Show all lines from the data that include the word "SUBTRACT".

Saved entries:
BEGIN
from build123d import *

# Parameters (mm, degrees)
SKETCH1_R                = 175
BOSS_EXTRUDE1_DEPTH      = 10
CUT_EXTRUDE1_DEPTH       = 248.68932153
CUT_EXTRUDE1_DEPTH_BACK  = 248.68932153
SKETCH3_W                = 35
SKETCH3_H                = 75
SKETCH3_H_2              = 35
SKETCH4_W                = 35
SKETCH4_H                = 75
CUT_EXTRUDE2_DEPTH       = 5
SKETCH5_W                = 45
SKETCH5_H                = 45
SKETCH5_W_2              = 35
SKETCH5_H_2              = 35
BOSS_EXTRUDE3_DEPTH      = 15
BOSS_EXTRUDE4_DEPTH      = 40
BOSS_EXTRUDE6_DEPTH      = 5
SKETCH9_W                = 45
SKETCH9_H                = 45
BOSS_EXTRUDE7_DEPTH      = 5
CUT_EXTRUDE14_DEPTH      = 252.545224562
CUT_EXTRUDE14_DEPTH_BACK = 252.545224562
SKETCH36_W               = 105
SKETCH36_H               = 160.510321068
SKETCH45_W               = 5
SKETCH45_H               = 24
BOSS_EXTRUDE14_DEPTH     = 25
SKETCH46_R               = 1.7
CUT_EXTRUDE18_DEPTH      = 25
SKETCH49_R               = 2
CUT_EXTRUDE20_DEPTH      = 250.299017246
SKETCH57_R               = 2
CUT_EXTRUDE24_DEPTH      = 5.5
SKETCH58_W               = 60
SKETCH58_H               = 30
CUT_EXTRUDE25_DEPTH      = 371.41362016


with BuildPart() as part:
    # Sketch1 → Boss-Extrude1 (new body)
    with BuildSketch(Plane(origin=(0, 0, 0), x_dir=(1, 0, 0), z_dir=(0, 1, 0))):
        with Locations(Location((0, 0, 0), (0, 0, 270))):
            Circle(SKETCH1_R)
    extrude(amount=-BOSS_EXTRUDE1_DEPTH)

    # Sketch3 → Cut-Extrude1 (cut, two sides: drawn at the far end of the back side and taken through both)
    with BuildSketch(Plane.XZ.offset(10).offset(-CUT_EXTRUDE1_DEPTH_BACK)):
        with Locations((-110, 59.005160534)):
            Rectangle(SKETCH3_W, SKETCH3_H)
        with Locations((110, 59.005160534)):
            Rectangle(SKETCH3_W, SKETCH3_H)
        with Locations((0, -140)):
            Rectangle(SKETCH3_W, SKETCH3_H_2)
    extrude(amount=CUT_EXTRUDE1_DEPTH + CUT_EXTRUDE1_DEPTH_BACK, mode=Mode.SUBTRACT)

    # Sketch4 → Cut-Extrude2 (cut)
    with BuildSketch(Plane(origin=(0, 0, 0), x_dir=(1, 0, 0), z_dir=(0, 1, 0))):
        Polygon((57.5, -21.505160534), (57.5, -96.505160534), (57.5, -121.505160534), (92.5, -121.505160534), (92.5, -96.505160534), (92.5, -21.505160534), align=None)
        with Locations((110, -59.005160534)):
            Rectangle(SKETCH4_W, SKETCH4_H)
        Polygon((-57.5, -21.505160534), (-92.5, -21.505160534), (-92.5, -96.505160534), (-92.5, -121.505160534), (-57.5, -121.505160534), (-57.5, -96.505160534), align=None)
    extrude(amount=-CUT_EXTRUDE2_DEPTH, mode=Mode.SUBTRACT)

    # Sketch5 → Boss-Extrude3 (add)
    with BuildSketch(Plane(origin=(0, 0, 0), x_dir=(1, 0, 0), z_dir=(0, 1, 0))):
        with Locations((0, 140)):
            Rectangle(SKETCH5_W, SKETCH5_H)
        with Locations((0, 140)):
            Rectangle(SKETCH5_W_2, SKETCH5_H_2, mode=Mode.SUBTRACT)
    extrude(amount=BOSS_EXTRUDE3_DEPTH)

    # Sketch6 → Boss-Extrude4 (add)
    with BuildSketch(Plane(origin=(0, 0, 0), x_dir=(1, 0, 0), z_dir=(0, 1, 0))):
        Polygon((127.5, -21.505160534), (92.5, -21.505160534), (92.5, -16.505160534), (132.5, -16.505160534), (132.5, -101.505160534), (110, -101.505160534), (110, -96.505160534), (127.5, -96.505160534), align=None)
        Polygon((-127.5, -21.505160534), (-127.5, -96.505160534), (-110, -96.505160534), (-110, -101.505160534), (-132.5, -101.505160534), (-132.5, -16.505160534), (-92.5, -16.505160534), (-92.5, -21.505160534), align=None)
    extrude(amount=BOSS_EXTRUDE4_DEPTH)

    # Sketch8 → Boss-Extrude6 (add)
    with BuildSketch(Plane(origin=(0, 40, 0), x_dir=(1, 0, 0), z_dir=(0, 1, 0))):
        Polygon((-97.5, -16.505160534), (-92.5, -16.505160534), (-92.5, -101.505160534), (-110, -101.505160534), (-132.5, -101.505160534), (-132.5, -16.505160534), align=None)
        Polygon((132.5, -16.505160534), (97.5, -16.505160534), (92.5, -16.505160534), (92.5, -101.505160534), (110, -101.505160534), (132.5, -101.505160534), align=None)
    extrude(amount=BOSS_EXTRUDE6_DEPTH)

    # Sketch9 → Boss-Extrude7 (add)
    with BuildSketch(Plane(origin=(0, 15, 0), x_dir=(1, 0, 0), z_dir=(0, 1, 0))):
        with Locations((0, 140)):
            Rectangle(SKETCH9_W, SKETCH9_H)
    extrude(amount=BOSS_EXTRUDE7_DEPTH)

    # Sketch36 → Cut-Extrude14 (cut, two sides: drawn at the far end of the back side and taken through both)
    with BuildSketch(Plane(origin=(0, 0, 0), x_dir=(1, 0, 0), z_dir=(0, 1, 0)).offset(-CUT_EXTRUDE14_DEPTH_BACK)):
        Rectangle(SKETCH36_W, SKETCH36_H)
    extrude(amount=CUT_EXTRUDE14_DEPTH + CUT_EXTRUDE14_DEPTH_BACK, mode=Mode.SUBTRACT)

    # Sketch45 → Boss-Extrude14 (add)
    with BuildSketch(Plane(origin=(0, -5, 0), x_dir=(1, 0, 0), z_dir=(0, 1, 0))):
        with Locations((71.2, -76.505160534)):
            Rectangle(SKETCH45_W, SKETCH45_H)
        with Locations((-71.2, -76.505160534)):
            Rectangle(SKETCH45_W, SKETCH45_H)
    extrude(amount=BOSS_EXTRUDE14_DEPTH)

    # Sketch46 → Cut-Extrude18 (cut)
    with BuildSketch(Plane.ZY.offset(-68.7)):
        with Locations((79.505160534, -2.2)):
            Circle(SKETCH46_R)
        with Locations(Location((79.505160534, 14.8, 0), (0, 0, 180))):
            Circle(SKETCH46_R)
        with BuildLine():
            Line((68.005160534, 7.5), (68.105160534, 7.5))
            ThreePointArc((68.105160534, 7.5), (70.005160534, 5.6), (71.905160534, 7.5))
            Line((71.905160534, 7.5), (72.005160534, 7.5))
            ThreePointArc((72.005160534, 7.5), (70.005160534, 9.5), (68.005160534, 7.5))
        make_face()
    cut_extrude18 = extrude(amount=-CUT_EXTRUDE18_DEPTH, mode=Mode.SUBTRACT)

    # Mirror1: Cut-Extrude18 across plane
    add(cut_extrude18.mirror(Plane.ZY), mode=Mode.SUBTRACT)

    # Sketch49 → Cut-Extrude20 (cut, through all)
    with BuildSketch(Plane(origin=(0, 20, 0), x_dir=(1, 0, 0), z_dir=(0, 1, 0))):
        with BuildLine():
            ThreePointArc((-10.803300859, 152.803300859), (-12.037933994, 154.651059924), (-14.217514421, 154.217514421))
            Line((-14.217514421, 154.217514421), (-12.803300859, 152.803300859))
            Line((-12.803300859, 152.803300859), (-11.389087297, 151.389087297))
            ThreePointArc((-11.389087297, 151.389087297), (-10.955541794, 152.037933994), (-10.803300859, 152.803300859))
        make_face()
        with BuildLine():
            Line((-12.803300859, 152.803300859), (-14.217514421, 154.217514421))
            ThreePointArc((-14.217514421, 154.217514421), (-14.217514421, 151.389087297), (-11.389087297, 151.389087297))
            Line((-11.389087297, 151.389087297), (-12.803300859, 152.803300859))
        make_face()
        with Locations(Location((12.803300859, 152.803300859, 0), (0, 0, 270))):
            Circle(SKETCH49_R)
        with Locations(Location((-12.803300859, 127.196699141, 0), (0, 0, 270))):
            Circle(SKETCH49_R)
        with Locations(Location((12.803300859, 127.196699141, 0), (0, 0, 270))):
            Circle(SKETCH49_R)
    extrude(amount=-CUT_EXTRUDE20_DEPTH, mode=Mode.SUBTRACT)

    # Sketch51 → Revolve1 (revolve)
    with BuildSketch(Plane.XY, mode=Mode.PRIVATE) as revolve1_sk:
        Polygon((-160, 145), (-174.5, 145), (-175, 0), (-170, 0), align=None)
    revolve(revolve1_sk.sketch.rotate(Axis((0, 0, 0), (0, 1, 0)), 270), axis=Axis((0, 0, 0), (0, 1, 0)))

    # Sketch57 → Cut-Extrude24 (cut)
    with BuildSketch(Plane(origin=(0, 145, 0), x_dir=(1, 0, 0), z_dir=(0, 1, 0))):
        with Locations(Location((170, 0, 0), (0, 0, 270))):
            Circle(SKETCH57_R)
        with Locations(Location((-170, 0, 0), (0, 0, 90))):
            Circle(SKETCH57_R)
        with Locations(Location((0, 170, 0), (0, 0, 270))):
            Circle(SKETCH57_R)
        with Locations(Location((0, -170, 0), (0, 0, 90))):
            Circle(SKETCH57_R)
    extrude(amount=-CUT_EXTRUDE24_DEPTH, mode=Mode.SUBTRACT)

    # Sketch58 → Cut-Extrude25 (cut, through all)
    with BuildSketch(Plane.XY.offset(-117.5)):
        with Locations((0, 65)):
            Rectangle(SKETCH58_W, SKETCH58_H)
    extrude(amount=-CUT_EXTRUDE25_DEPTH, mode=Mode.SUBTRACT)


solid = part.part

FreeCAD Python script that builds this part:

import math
import FreeCAD as App
import Part
import Sketcher
from FreeCAD import Vector

doc = App.newDocument("Part")
body = doc.addObject("PartDesign::Body", "Body")

sketch1 = body.newObject("Sketcher::SketchObject", "Sketch")
sketch1.AttachmentSupport = (doc.getObject("XZ_Plane"), [""])
sketch1.MapMode = "FlatFace"
sketch1.addGeometry(Part.Circle(Vector(0, 0, 0), Vector(0, 0, 1), 175), False)
sketch1.addConstraint(Sketcher.Constraint("Coincident", 0, 3, -1, 1))
sketch1.addConstraint(Sketcher.Constraint("Diameter", 0, 350.0))
pad1 = body.newObject("PartDesign::Pad", "Pad")
pad1.Profile = sketch1
pad1.Length = 10

sketch2 = body.newObject("Sketcher::SketchObject", "Sketch001")
sketch2.AttachmentSupport = (doc.getObject("XZ_Plane"), [""])
sketch2.MapMode = "FlatFace"
sketch2.AttachmentOffset = App.Placement(Vector(0, 0, 10), App.Rotation())
sketch2.addGeometry(Part.LineSegment(Vector(-127.5, 96.505161, 0), Vector(-127.5, 21.505161, 0)), False)
sketch2.addGeometry(Part.LineSegment(Vector(-127.5, 21.505161, 0), Vector(-92.5, 21.505161, 0)), False)
sketch2.addGeometry(Part.LineSegment(Vector(-92.5, 21.505161, 0), Vector(-92.5, 96.505161, 0)), False)
sketch2.addGeometry(Part.LineSegment(Vector(-92.5, 96.505161, 0), Vector(-127.5, 96.505161, 0)), False)
sketch2.addGeometry(Part.LineSegment(Vector(92.5, 96.505161, 0), Vector(92.5, 21.505161, 0)), False)
sketch2.addGeometry(Part.LineSegment(Vector(92.5, 21.505161, 0), Vector(127.5, 21.505161, 0)), False)
sketch2.addGeometry(Part.LineSegment(Vector(127.5, 21.505161, 0), Vector(127.5, 96.505161, 0)), False)
sketch2.addGeometry(Part.LineSegment(Vector(127.5, 96.505161, 0), Vector(92.5, 96.505161, 0)), False)
sketch2.addGeometry(Part.LineSegment(Vector(-17.5, -122.5, 0), Vector(-17.5, -157.5, 0)), False)
sketch2.addGeometry(Part.LineSegment(Vector(-17.5, -157.5, 0), Vector(17.5, -157.5, 0)), False)
sketch2.addGeometry(Part.LineSegment(Vector(17.5, -157.5, 0), Vector(17.5, -122.5, 0)), False)
sketch2.addGeometry(Part.LineSegment(Vector(17.5, -122.5, 0), Vector(-17.5, -122.5, 0)), False)
sketch2.addConstraint(Sketcher.Constraint("Coincident", 0, 2, 1, 1))
sketch2.addConstraint(Sketcher.Constraint("Coincident", 1, 2, 2, 1))
sketch2.addConstraint(Sketcher.Constraint("Coincident", 2, 2, 3, 1))
sketch2.addConstraint(Sketcher.Constraint("Coincident", 3, 2, 0, 1))
sketch2.addConstraint(Sketcher.Constraint("Coincident", 4, 2, 5, 1))
sketch2.addConstraint(Sketcher.Constraint("Coincident", 5, 2, 6, 1))
sketch2.addConstraint(Sketcher.Constraint("Coincident", 6, 2, 7, 1))
sketch2.addConstraint(Sketcher.Constraint("Coincident", 7, 2, 4, 1))
sketch2.addConstraint(Sketcher.Constraint("Coincident", 8, 2, 9, 1))
sketch2.addConstraint(Sketcher.Constraint("Coincident", 9, 2, 10, 1))
sketch2.addConstraint(Sketcher.Constraint("Coincident", 10, 2, 11, 1))
sketch2.addConstraint(Sketcher.Constraint("Coincident", 11, 2, 8, 1))
sketch2.addConstraint(Sketcher.Constraint("Vertical", 0))
sketch2.addConstraint(Sketcher.Constraint("Horizontal", 1))
sketch2.addConstraint(Sketcher.Constraint("Vertical", 2))
sketch2.addConstraint(Sketcher.Constraint("Horizontal", 3))
sketch2.addConstraint(Sketcher.Constraint("Vertical", 4))
sketch2.addConstraint(Sketcher.Constraint("Horizontal", 5))
sketch2.addConstraint(Sketcher.Constraint("Vertical", 6))
sketch2.addConstraint(Sketcher.Constraint("Horizontal", 7))
sketch2.addConstraint(Sketcher.Constraint("Vertical", 8))
sketch2.addConstraint(Sketcher.Constraint("Horizontal", 9))
sketch2.addConstraint(Sketcher.Constraint("Vertical", 10))
sketch2.addConstraint(Sketcher.Constraint("Horizontal", 11))
sketch2.addConstraint(Sketcher.Constraint("Symmetric", 1, 2, 4, 2, -2))
sketch2.addConstraint(Sketcher.Constraint("Symmetric", 3, 2, 6, 2, -2))
sketch2.addConstraint(Sketcher.Constraint("Equal", 7, 9))
sketch2.addConstraint(Sketcher.Constraint("Equal", 11, 8))
sketch2.addConstraint(Sketcher.Constraint("DistanceX", 1, 1, 1, 2, 35.0))
sketch2.addConstraint(Sketcher.Constraint("DistanceY", 0, 2, 0, 1, 75.0))
sketch2.addConstraint(Sketcher.Constraint("DistanceX", 1, 2, 4, 2, 185.0))
sketch2.addConstraint(Sketcher.Constraint("DistanceX", 1, 2, 8, 2, 75.0))
sketch2.addConstraint(Sketcher.Constraint("DistanceY", 8, 2, -1, 1, 157.5))
sketch2.addConstraint(Sketcher.Constraint("DistanceY", -1, 1, 0, 2, 21.505161))
pocket1 = body.newObject("PartDesign::Pocket", "Pocket")
pocket1.Profile = sketch2
pocket1.Type = "ThroughAll"
pocket1.Midplane = True

sketch3 = body.newObject("Sketcher::SketchObject", "Sketch002")
sketch3.AttachmentSupport = (doc.getObject("XZ_Plane"), [""])
sketch3.MapMode = "FlatFace"
sketch3.addGeometry(Part.LineSegment(Vector(57.5, 21.505161, 0), Vector(57.5, 121.505161, 0)), False)
sketch3.addGeometry(Part.LineSegment(Vector(57.5, 121.505161, 0), Vector(92.5, 121.505161, 0)), False)
sketch3.addGeometry(Part.LineSegment(Vector(92.5, 121.505161, 0), Vector(92.5, 96.505161, 0)), False)
sketch3.addGeometry(Part.LineSegment(Vector(92.5, 96.505161, 0), Vector(127.5, 96.505161, 0)), False)
sketch3.addGeometry(Part.LineSegment(Vector(127.5, 96.505161, 0), Vector(127.5, 21.505161, 0)), False)
sketch3.addGeometry(Part.LineSegment(Vector(127.5, 21.505161, 0), Vector(57.5, 21.505161, 0)), False)
sketch3.addGeometry(Part.LineSegment(Vector(-57.5, 21.505161, 0), Vector(-92.5, 21.505161, 0)), False)
sketch3.addGeometry(Part.LineSegment(Vector(-92.5, 21.505161, 0), Vector(-92.5, 121.505161, 0)), False)
sketch3.addGeometry(Part.LineSegment(Vector(-92.5, 121.505161, 0), Vector(-57.5, 121.505161, 0)), False)
sketch3.addGeometry(Part.LineSegment(Vector(-57.5, 121.505161, 0), Vector(-57.5, 21.505161, 0)), False)
sketch3.addConstraint(Sketcher.Constraint("Coincident", 0, 2, 1, 1))
sketch3.addConstraint(Sketcher.Constraint("Coincident", 1, 2, 2, 1))
sketch3.addConstraint(Sketcher.Constraint("Coincident", 2, 2, 3, 1))
sketch3.addConstraint(Sketcher.Constraint("Coincident", 3, 2, 4, 1))
sketch3.addConstraint(Sketcher.Constraint("Coincident", 4, 2, 5, 1))
sketch3.addConstraint(Sketcher.Constraint("Coincident", 5, 2, 0, 1))
sketch3.addConstraint(Sketcher.Constraint("Coincident", 6, 2, 7, 1))
sketch3.addConstraint(Sketcher.Constraint("Coincident", 7, 2, 8, 1))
END
▶ [Output of the exercise]
    extrude(amount=CUT_EXTRUDE1_DEPTH + CUT_EXTRUDE1_DEPTH_BACK, mode=Mode.SUBTRACT)
    extrude(amount=-CUT_EXTRUDE2_DEPTH, mode=Mode.SUBTRACT)
            Rectangle(SKETCH5_W_2, SKETCH5_H_2, mode=Mode.SUBTRACT)
    extrude(amount=CUT_EXTRUDE14_DEPTH + CUT_EXTRUDE14_DEPTH_BACK, mode=Mode.SUBTRACT)
    cut_extrude18 = extrude(amount=-CUT_EXTRUDE18_DEPTH, mode=Mode.SUBTRACT)
    add(cut_extrude18.mirror(Plane.ZY), mode=Mode.SUBTRACT)
    extrude(amount=-CUT_EXTRUDE20_DEPTH, mode=Mode.SUBTRACT)
    extrude(amount=-CUT_EXTRUDE24_DEPTH, mode=Mode.SUBTRACT)
    extrude(amount=-CUT_EXTRUDE25_DEPTH, mode=Mode.SUBTRACT)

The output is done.